Students must work individually on the exam.
A single-page cheat sheet and calculator are allowed; phones and computers are not permitted.
The test comprises 10 points, equating to 10% of the final grade.
For multiple-choice, fill in the bubble for the correct answer.
For numerical questions, write the final answer in the designated box.
Use the outside space for calculations and final sentence responses.
The questions pertain to a graph displaying the total fertility rate (TFR) and female labor force participation rate (LFPR) across 22 OECD countries.
TFR refers to the average number of children a woman has during her lifetime.

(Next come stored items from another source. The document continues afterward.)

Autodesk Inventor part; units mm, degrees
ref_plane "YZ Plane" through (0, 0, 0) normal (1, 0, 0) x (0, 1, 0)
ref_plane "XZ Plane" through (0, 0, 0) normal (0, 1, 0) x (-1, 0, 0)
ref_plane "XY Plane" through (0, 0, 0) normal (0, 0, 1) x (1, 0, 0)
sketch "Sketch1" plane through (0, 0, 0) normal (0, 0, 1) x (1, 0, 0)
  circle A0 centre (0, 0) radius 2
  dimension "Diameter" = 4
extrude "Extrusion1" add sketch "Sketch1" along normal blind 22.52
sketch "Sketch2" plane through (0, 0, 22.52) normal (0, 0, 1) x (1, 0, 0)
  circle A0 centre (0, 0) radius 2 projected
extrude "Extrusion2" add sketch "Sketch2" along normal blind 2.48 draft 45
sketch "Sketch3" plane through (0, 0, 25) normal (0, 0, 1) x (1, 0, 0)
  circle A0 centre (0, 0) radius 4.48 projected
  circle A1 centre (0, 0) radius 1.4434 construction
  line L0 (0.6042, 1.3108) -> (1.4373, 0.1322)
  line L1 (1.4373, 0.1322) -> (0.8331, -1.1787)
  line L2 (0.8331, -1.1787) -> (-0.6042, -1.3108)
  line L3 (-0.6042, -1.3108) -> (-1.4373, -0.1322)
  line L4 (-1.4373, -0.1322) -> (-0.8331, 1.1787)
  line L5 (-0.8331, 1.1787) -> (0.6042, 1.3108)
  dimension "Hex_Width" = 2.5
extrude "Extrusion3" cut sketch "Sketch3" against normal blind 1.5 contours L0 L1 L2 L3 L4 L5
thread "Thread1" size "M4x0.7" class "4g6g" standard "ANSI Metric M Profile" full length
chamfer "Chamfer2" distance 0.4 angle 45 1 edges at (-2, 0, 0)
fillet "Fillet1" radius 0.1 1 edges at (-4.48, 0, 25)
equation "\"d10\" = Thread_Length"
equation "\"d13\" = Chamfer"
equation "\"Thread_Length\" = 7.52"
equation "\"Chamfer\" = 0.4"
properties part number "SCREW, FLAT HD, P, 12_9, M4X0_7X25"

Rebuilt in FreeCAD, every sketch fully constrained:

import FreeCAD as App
import Part
import Sketcher
from FreeCAD import Vector


def edges_at(feature, points):
    """Names of the edges that pass closest to the given points."""
    edges = feature.Shape.Edges
    near = lambda p: min(range(len(edges)), key=lambda i: edges[i].distToShape(Part.Vertex(*p))[0])
    return sorted({f"Edge{near(p) + 1}" for p in points})

doc = App.newDocument("Part")
body = doc.addObject("PartDesign::Body", "Body")

# Sketch on XY plane
sketch1 = body.newObject("Sketcher::SketchObject", "Sketch")
sketch1.AttachmentSupport = (doc.getObject("XY_Plane"), [""])
sketch1.MapMode = "FlatFace"
sketch1.addGeometry(Part.Circle(Vector(0, 0, 0), Vector(0, 0, 1), 2), False)
sketch1.addConstraint(Sketcher.Constraint("Coincident", 0, 3, -1, 1))
sketch1.addConstraint(Sketcher.Constraint("Diameter", 0, 4.0))
pad1 = body.newObject("PartDesign::Pad", "Pad")
pad1.Profile = sketch1
pad1.Length = 22.52

# Sketch on XY plane
sketch2 = body.newObject("Sketcher::SketchObject", "Sketch001")
sketch2.AttachmentSupport = (doc.getObject("XY_Plane"), [""])
sketch2.MapMode = "FlatFace"
sketch2.AttachmentOffset = App.Placement(Vector(0, 0, 22.52), App.Rotation())
sketch2.addGeometry(Part.Circle(Vector(0, 0, 0), Vector(0, 0, 1), 2), False)
sketch2.addConstraint(Sketcher.Constraint("Coincident", 0, 3, -1, 1))
sketch2.addConstraint(Sketcher.Constraint("Diameter", 0, 4.0))
pad2 = body.newObject("PartDesign::Pad", "Pad001")
pad2.Profile = sketch2
pad2.Length = 2.48
pad2.TaperAngle = 45

# Sketch on XY plane
sketch3 = body.newObject("Sketcher::SketchObject", "Sketch002")
sketch3.AttachmentSupport = (doc.getObject("XY_Plane"), [""])
sketch3.MapMode = "FlatFace"
sketch3.AttachmentOffset = App.Placement(Vector(0, 0, 25), App.Rotation())
sketch3.addGeometry(Part.LineSegment(Vector(1.4373, 0.1322, 0), Vector(0.6042, 1.3108, 0)), False)
sketch3.addGeometry(Part.LineSegment(Vector(0.6042, 1.3108, 0), Vector(-0.8331, 1.1787, 0)), False)
sketch3.addGeometry(Part.LineSegment(Vector(-0.8331, 1.1787, 0), Vector(-1.4373, -0.1322, 0)), False)
sketch3.addGeometry(Part.LineSegment(Vector(-1.4373, -0.1322, 0), Vector(-0.6042, -1.3108, 0)), False)
sketch3.addGeometry(Part.LineSegment(Vector(-0.6042, -1.3108, 0), Vector(0.8331, -1.1787, 0)), False)
sketch3.addGeometry(Part.LineSegment(Vector(0.8331, -1.1787, 0), Vector(1.4373, 0.1322, 0)), False)
sketch3.addConstraint(Sketcher.Constraint("Coincident", 0, 2, 1, 1))
sketch3.addConstraint(Sketcher.Constraint("Coincident", 1, 2, 2, 1))
sketch3.addConstraint(Sketcher.Constraint("Coincident", 2, 2, 3, 1))
sketch3.addConstraint(Sketcher.Constraint("Coincident", 3, 2, 4, 1))
sketch3.addConstraint(Sketcher.Constraint("Coincident", 4, 2, 5, 1))
sketch3.addConstraint(Sketcher.Constraint("Coincident", 5, 2, 0, 1))
sketch3.addConstraint(Sketcher.Constraint("Symmetric", 0, 2, 3, 2, -1, 1))
sketch3.addConstraint(Sketcher.Constraint("Symmetric", 1, 2, 4, 2, -1, 1))
sketch3.addConstraint(Sketcher.Constraint("Symmetric", 2, 2, 5, 2, -1, 1))
sketch3.addConstraint(Sketcher.Constraint("Equal", 0, 1))
sketch3.addConstraint(Sketcher.Constraint("Equal", 1, 2))
sketch3.addConstraint(Sketcher.Constraint("DistanceX", 1, 2, -1, 1, 0.833))
sketch3.addConstraint(Sketcher.Constraint("DistanceY", 1, 2, 0, 2, 0.132))
sketch3.addConstraint(Sketcher.Constraint("DistanceY", 2, 2, 1, 2, 1.311))
sketch3.addConstraint(Sketcher.Constraint("DistanceX", 2, 2, 3, 2, 0.833))
pocket1 = body.newObject("PartDesign::Pocket", "Pocket")
pocket1.Profile = sketch3
pocket1.Length = 1.5
doc.recompute()

chamfer = body.newObject("PartDesign::Chamfer", "Chamfer")
chamfer.Base = (pocket1, edges_at(pocket1, [(-2, 0, 0)]))
chamfer.Size = 0.4
doc.recompute()

fillet = body.newObject("PartDesign::Fillet", "Fillet")
fillet.Base = (chamfer, edges_at(chamfer, [(-4.48, 0, 25)]))
fillet.Radius = 0.1

doc.recompute()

LFPR is the fraction of adult women employed or seeking employment.
Graph Type: Identify the type of graph.
Choices: Bar graph, line graph, histogram, pie chart, scatter plot.
Correlation in 1980: Determine the correlation between TFR and female LFPR in 1980.
Choices: -0.6, -0.4, 0, 0.4, 0.8.
β2000 Value: Assess the slope β2000 in the linear regression of TFR predicting LFPR.
Choices: β2000 < 0, β2000 = 0, β2000 > 0, not enough information.
Causality of β2000: Evaluate whether β2000 represents the exact causal effect of women’s labor force on fertility.
Choices: Yes, no, not enough information.
Questions ask about averages of children born to women in Uganda and education completion rates among women in Nigeria.
Average Children in Uganda: About the average number of children women have in Uganda.
Choices: 2.8, 4.5, 5.6, 6.4, 6.6.
Women in Nigeria: Percentage of women (ages 15-49) with no higher education in Nigeria.
Choices: 3%, 10%, 30%, 90%, 97%.
Main Takeaway: Assess the main conclusion related to education and number of children.
Choices related to education and fertility correlation.
India's Absence: Reason for India's exclusion from the figure.
Several potential explanations related to geography, education, or analysis choices.
Questions require interpretation and analysis of figures concerning life expectancy and GDP/capita from the most populated countries.
Questions assess categorical variables, histogram drawing for life expectancy, mean calculation, properties of distributions, and correlation graph interpretation.
Analyzes correlation between mother's education and infant mortality based on data collected across 707 districts in India.
Scatter Plot Assessment: Describe the relationship based on the scatter plot.
Regression Coefficients: Determine values of β1 and β0 in the regression model.
Regression Equation: Write out the regression equation.
Interpret Slope: Explain the significance of the regression slope.
Prediction for 17 Years of Education: Calculate the predicted infant mortality rate for high educational attainment.
Prediction Analysis: Evaluate the sensibility of the prediction.
r2 Interpretation: Calculate and interpret r2 in the regression context, reflecting on how much variance in infant mortality can be explained by education.